ACTIVITY
There is one span to output from the data below: the lines starting at the line with "e35 v8 v30 LINE" and ending at the line with "face PLANE(AX(P(7,-12.8,9),D(1,0,0),D(0,1,0))) rev". Output it exactly, ends included, nothing more.

INPUT DATA

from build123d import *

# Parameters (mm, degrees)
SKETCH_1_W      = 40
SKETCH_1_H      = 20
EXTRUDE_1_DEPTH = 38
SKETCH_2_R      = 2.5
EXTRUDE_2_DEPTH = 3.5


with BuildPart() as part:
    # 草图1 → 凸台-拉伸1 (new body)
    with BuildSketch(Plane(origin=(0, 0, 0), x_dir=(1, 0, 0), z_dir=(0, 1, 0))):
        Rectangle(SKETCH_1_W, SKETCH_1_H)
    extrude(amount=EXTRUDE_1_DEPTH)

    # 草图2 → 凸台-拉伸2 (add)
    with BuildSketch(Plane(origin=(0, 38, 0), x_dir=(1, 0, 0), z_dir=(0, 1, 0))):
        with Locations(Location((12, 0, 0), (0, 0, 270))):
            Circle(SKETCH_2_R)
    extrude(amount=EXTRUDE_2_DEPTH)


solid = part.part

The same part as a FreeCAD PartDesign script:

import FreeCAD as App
import Part
import Sketcher

V = App.Vector
Q = App.Units.Quantity


def add_polygon(sketch, points):
    """Adds a closed chain of lines whose ends are joined by coincident constraints."""
    first, n = sketch.GeometryCount, len(points)
    for a, b in zip(points, points[1:] + points[:1]):
        sketch.addGeometry(Part.LineSegment(App.Vector(*a, 0), App.Vector(*b, 0)), False)
    for i in range(n):
        sketch.addConstraint(Sketcher.Constraint("Coincident", first + i, 2, first + (i + 1) % n, 1))

doc = App.newDocument("Part")
body = doc.addObject("PartDesign::Body", "Body")

# Sketch on XZ plane
sketch1 = body.newObject("Sketcher::SketchObject", "Sketch")
sketch1.AttachmentSupport = (doc.getObject("XZ_Plane"), [""])
sketch1.MapMode = "FlatFace"
add_polygon(sketch1, [(-20, -10), (-20, 10), (20, 10), (20, -10)])  # lines 0-3
sketch1.addConstraint([
    Sketcher.Constraint("Vertical", 0),
    Sketcher.Constraint("Horizontal", 1),
    Sketcher.Constraint("Vertical", 2),
    Sketcher.Constraint("Horizontal", 3),
    Sketcher.Constraint("Symmetric", 0, 2, 2, 2, -1, 1),
    Sketcher.Constraint("DistanceX", 1, 1, 1, 2, Q("40 mm")),
    Sketcher.Constraint("DistanceY", 0, 1, 0, 2, Q("20 mm")),
])
pad1 = body.newObject("PartDesign::Pad", "Pad")
pad1.Profile = sketch1
pad1.Length = 38
pad1.Reversed = True

# Sketch on XZ plane
sketch2 = body.newObject("Sketcher::SketchObject", "Sketch001")
sketch2.AttachmentSupport = (doc.getObject("XZ_Plane"), [""])
sketch2.MapMode = "FlatFace"
sketch2.AttachmentOffset = App.Placement(V(0, 0, -38), App.Rotation())
sketch2.addGeometry(Part.Circle(V(12, 0, 0), V(0, 0, 1), 2.5), False)
sketch2.addConstraint([
    Sketcher.Constraint("PointOnObject", 0, 3, -1),
    Sketcher.Constraint("Diameter", 0, Q("5 mm")),
    Sketcher.Constraint("DistanceX", -1, 1, 0, 3, Q("12 mm")),
])
pad2 = body.newObject("PartDesign::Pad", "Pad001")
pad2.Profile = sketch2
pad2.Length = 3.5
pad2.Reversed = True

doc.recompute()
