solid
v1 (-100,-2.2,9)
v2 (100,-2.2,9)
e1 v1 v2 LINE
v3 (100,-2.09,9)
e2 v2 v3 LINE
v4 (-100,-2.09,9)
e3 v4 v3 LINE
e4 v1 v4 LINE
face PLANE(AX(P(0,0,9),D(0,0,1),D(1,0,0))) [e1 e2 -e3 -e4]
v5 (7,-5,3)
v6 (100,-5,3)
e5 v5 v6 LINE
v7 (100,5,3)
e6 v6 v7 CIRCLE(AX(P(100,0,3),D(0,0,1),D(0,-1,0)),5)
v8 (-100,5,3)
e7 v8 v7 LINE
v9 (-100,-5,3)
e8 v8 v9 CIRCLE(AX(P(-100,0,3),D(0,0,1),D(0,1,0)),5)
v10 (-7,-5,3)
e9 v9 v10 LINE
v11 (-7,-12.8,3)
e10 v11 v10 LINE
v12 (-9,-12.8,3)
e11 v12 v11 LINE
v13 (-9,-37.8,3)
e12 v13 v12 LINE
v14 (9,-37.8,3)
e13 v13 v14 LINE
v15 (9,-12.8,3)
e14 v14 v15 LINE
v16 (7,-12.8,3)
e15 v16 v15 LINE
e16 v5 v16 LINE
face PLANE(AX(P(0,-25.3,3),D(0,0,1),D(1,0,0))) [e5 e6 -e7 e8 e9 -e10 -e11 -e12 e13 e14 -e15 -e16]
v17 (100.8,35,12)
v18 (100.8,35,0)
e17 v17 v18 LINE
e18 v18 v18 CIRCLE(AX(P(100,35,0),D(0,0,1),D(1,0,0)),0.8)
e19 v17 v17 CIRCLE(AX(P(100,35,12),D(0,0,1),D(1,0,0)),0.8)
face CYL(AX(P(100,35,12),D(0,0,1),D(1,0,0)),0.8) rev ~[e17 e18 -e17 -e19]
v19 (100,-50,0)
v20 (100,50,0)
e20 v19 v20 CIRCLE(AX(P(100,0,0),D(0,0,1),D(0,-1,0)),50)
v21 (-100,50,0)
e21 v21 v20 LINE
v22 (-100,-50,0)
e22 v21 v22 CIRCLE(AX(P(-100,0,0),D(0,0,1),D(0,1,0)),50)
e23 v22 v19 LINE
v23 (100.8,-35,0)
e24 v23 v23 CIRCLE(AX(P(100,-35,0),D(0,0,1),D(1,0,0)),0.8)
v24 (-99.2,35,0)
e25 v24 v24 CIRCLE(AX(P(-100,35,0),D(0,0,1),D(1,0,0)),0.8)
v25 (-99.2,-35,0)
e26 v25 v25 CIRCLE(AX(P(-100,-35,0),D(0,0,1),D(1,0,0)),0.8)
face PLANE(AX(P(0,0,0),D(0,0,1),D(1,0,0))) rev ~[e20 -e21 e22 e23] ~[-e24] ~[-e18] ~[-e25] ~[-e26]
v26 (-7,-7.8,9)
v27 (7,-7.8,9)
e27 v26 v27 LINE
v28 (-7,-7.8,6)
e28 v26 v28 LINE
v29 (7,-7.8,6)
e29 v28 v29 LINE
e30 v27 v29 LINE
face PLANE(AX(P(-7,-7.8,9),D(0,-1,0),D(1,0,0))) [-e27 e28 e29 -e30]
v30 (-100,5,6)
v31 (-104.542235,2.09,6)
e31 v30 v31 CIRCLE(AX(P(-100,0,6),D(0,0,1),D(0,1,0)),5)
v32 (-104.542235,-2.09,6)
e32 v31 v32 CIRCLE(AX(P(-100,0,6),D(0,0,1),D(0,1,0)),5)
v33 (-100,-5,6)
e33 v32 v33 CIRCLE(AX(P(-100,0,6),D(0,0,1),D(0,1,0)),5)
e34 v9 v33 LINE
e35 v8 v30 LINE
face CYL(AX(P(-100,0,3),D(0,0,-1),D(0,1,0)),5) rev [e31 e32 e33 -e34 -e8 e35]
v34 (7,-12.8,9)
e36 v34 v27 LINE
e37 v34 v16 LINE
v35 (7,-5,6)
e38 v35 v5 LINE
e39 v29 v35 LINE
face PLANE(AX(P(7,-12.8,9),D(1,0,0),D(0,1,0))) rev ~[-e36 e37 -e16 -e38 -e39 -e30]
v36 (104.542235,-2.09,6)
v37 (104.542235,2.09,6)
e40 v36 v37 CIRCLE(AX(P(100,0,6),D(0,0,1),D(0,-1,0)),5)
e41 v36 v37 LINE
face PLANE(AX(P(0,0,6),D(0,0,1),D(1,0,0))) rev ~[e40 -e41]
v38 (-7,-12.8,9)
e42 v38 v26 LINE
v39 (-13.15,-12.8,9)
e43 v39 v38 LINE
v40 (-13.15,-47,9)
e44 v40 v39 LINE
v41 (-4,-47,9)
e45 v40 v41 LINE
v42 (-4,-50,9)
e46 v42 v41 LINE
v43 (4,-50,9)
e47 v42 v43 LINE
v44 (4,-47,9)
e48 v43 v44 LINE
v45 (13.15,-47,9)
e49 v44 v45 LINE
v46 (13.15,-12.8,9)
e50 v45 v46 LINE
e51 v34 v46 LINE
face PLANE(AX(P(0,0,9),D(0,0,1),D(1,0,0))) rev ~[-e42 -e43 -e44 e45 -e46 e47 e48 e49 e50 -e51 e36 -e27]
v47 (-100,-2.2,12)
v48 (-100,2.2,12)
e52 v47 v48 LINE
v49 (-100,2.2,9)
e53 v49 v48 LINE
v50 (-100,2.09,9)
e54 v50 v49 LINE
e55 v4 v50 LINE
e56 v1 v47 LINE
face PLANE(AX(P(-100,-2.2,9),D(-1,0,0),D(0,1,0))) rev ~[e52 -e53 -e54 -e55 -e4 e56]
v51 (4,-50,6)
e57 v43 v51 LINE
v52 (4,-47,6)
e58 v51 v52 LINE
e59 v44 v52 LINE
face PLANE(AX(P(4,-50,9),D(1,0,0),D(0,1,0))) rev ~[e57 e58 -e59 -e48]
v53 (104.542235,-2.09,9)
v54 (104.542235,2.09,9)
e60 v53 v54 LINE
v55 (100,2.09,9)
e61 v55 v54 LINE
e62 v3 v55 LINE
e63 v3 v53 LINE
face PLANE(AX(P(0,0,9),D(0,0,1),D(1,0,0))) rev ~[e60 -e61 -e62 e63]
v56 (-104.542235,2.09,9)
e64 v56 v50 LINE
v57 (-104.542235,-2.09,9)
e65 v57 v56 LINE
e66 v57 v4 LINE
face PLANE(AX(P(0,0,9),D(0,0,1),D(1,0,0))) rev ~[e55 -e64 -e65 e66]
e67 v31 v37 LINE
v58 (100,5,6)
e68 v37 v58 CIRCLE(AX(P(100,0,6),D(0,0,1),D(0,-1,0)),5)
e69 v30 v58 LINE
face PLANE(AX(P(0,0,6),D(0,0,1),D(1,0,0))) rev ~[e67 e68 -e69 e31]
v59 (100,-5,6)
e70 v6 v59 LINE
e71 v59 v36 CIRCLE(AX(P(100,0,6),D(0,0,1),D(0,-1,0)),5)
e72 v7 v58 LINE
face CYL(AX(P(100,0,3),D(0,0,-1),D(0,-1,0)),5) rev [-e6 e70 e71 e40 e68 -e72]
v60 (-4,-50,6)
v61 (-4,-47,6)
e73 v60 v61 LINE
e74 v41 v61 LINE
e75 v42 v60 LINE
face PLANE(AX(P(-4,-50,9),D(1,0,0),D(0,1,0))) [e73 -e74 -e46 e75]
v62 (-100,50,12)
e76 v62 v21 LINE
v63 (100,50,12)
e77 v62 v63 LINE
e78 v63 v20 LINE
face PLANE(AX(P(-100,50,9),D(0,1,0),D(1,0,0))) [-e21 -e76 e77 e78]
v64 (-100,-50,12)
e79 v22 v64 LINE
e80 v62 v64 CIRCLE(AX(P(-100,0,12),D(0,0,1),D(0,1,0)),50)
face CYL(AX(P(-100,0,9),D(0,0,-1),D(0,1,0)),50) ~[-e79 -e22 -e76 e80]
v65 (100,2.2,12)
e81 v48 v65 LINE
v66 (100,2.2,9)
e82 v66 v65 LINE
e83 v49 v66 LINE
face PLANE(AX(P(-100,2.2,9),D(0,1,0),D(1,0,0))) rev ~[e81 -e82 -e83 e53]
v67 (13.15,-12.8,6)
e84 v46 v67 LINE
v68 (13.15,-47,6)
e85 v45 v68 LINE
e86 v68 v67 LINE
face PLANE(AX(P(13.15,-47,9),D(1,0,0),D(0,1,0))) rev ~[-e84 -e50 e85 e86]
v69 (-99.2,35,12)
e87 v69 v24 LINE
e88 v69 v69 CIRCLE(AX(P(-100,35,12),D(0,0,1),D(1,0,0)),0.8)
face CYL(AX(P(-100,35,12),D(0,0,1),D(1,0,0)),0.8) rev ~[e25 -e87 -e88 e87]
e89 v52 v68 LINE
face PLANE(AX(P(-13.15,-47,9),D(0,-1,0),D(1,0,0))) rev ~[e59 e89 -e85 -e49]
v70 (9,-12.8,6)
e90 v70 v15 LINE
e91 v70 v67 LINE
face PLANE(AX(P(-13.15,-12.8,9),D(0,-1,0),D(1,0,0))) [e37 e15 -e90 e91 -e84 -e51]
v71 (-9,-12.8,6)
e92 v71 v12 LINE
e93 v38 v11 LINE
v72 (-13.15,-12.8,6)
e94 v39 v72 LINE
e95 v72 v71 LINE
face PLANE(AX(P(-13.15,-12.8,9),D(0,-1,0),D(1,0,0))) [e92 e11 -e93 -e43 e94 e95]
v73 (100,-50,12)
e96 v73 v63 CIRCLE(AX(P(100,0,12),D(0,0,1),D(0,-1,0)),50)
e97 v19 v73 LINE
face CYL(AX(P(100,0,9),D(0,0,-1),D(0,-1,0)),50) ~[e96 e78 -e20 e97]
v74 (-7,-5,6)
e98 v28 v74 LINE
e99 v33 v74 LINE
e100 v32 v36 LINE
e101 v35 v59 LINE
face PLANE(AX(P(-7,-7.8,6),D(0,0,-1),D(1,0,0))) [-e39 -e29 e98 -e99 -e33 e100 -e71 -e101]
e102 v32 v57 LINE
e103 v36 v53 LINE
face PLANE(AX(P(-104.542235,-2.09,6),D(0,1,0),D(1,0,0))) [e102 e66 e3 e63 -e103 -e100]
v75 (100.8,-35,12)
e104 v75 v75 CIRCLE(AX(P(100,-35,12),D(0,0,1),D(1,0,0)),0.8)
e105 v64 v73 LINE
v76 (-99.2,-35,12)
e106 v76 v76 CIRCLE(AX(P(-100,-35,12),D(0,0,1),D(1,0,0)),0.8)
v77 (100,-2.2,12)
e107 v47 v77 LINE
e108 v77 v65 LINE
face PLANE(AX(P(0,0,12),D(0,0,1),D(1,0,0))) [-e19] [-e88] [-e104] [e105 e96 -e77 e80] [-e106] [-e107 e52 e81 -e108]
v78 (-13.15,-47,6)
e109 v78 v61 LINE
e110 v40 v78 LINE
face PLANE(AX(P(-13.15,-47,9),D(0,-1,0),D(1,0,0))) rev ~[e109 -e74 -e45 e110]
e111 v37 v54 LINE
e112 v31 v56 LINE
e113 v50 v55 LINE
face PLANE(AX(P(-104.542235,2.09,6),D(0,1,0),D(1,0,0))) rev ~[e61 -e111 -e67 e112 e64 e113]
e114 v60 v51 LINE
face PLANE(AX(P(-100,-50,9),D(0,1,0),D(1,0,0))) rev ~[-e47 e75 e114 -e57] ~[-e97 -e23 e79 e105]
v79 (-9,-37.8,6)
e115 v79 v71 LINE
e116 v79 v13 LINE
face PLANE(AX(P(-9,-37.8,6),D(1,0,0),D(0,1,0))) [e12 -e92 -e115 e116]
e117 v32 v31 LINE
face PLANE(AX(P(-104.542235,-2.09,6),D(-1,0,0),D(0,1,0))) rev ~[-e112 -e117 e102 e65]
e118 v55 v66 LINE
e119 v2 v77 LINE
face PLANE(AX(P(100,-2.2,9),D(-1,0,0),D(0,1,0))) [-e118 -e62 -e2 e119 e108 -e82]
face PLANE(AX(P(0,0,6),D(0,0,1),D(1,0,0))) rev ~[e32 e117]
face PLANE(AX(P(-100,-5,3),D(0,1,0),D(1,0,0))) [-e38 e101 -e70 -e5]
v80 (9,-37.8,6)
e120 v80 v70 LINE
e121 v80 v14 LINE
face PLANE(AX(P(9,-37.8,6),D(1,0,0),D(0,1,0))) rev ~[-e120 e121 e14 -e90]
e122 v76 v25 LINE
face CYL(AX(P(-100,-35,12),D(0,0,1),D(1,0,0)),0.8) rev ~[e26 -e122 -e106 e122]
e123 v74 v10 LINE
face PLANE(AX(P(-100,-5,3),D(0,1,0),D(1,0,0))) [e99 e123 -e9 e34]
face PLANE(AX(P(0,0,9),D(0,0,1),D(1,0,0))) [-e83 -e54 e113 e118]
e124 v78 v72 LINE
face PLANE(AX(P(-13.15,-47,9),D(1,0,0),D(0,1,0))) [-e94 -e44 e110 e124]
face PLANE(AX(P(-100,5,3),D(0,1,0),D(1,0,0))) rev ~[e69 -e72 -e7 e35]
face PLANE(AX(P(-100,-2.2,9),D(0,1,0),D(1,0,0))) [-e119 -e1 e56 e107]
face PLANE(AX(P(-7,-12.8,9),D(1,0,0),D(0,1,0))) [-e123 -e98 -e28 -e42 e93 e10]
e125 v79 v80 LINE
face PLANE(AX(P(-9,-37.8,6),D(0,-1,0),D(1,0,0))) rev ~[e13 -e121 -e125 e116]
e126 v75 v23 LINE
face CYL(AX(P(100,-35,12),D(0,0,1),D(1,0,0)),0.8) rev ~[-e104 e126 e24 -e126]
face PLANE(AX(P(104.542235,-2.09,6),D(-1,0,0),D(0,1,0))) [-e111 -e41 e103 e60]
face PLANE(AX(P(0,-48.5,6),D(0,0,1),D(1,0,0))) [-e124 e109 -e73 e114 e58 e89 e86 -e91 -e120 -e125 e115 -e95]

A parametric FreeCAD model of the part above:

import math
import FreeCAD as App
import Part
import Sketcher

V = App.Vector
Q = App.Units.Quantity


def add_polygon(sketch, points):
    """Adds a closed chain of lines whose ends are joined by coincident constraints."""
    first, n = sketch.GeometryCount, len(points)
    for a, b in zip(points, points[1:] + points[:1]):
        sketch.addGeometry(Part.LineSegment(App.Vector(*a, 0), App.Vector(*b, 0)), False)
    for i in range(n):
        sketch.addConstraint(Sketcher.Constraint("Coincident", first + i, 2, first + (i + 1) % n, 1))

doc = App.newDocument("Part")
body = doc.addObject("PartDesign::Body", "Body")

sketch1 = doc.addObject("Sketcher::SketchObject", "Sketch")
body.addObject(sketch1)
sketch1.AttachmentSupport = (doc.XY_Plane, [""])
sketch1.MapMode = "FlatFace"
sketch1.addGeometry([
    Part.ArcOfCircle(Part.Circle(V(-100, 0, 0), V(0, 0, 1), 50), math.radians(90), math.radians(270)),
    Part.LineSegment(V(-100, -50, 0), V(100, -50, 0)),
    Part.ArcOfCircle(Part.Circle(V(100, 0, 0), V(0, 0, 1), 50), math.radians(-90), math.radians(90)),
    Part.LineSegment(V(100, 50, 0), V(-100, 50, 0)),
], False)
sketch1.addConstraint([
    Sketcher.Constraint("Tangent", 0, 2, 1, 1),
    Sketcher.Constraint("Tangent", 1, 2, 2, 1),
    Sketcher.Constraint("Tangent", 2, 2, 3, 1),
    Sketcher.Constraint("Tangent", 3, 2, 0, 1),
    Sketcher.Constraint("Horizontal", 1),
    Sketcher.Constraint("Horizontal", 3),
    Sketcher.Constraint("Symmetric", 0, 3, 2, 3, -1, 1),
    Sketcher.Constraint("Radius", 0, Q("50 mm")),
    Sketcher.Constraint("DistanceX", 1, 1, 1, 2, Q("200 mm")),
])
pad1 = doc.addObject("PartDesign::Pad", "Pad")
body.addObject(pad1)
pad1.Profile = sketch1
pad1.Length = 3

OUTPUT OF THE TASK
e35 v8 v30 LINE
face CYL(AX(P(-100,0,3),D(0,0,-1),D(0,1,0)),5) rev [e31 e32 e33 -e34 -e8 e35]
v34 (7,-12.8,9)
e36 v34 v27 LINE
e37 v34 v16 LINE
v35 (7,-5,6)
e38 v35 v5 LINE
e39 v29 v35 LINE
face PLANE(AX(P(7,-12.8,9),D(1,0,0),D(0,1,0))) rev ~[-e36 e37 -e16 -e38 -e39 -e30]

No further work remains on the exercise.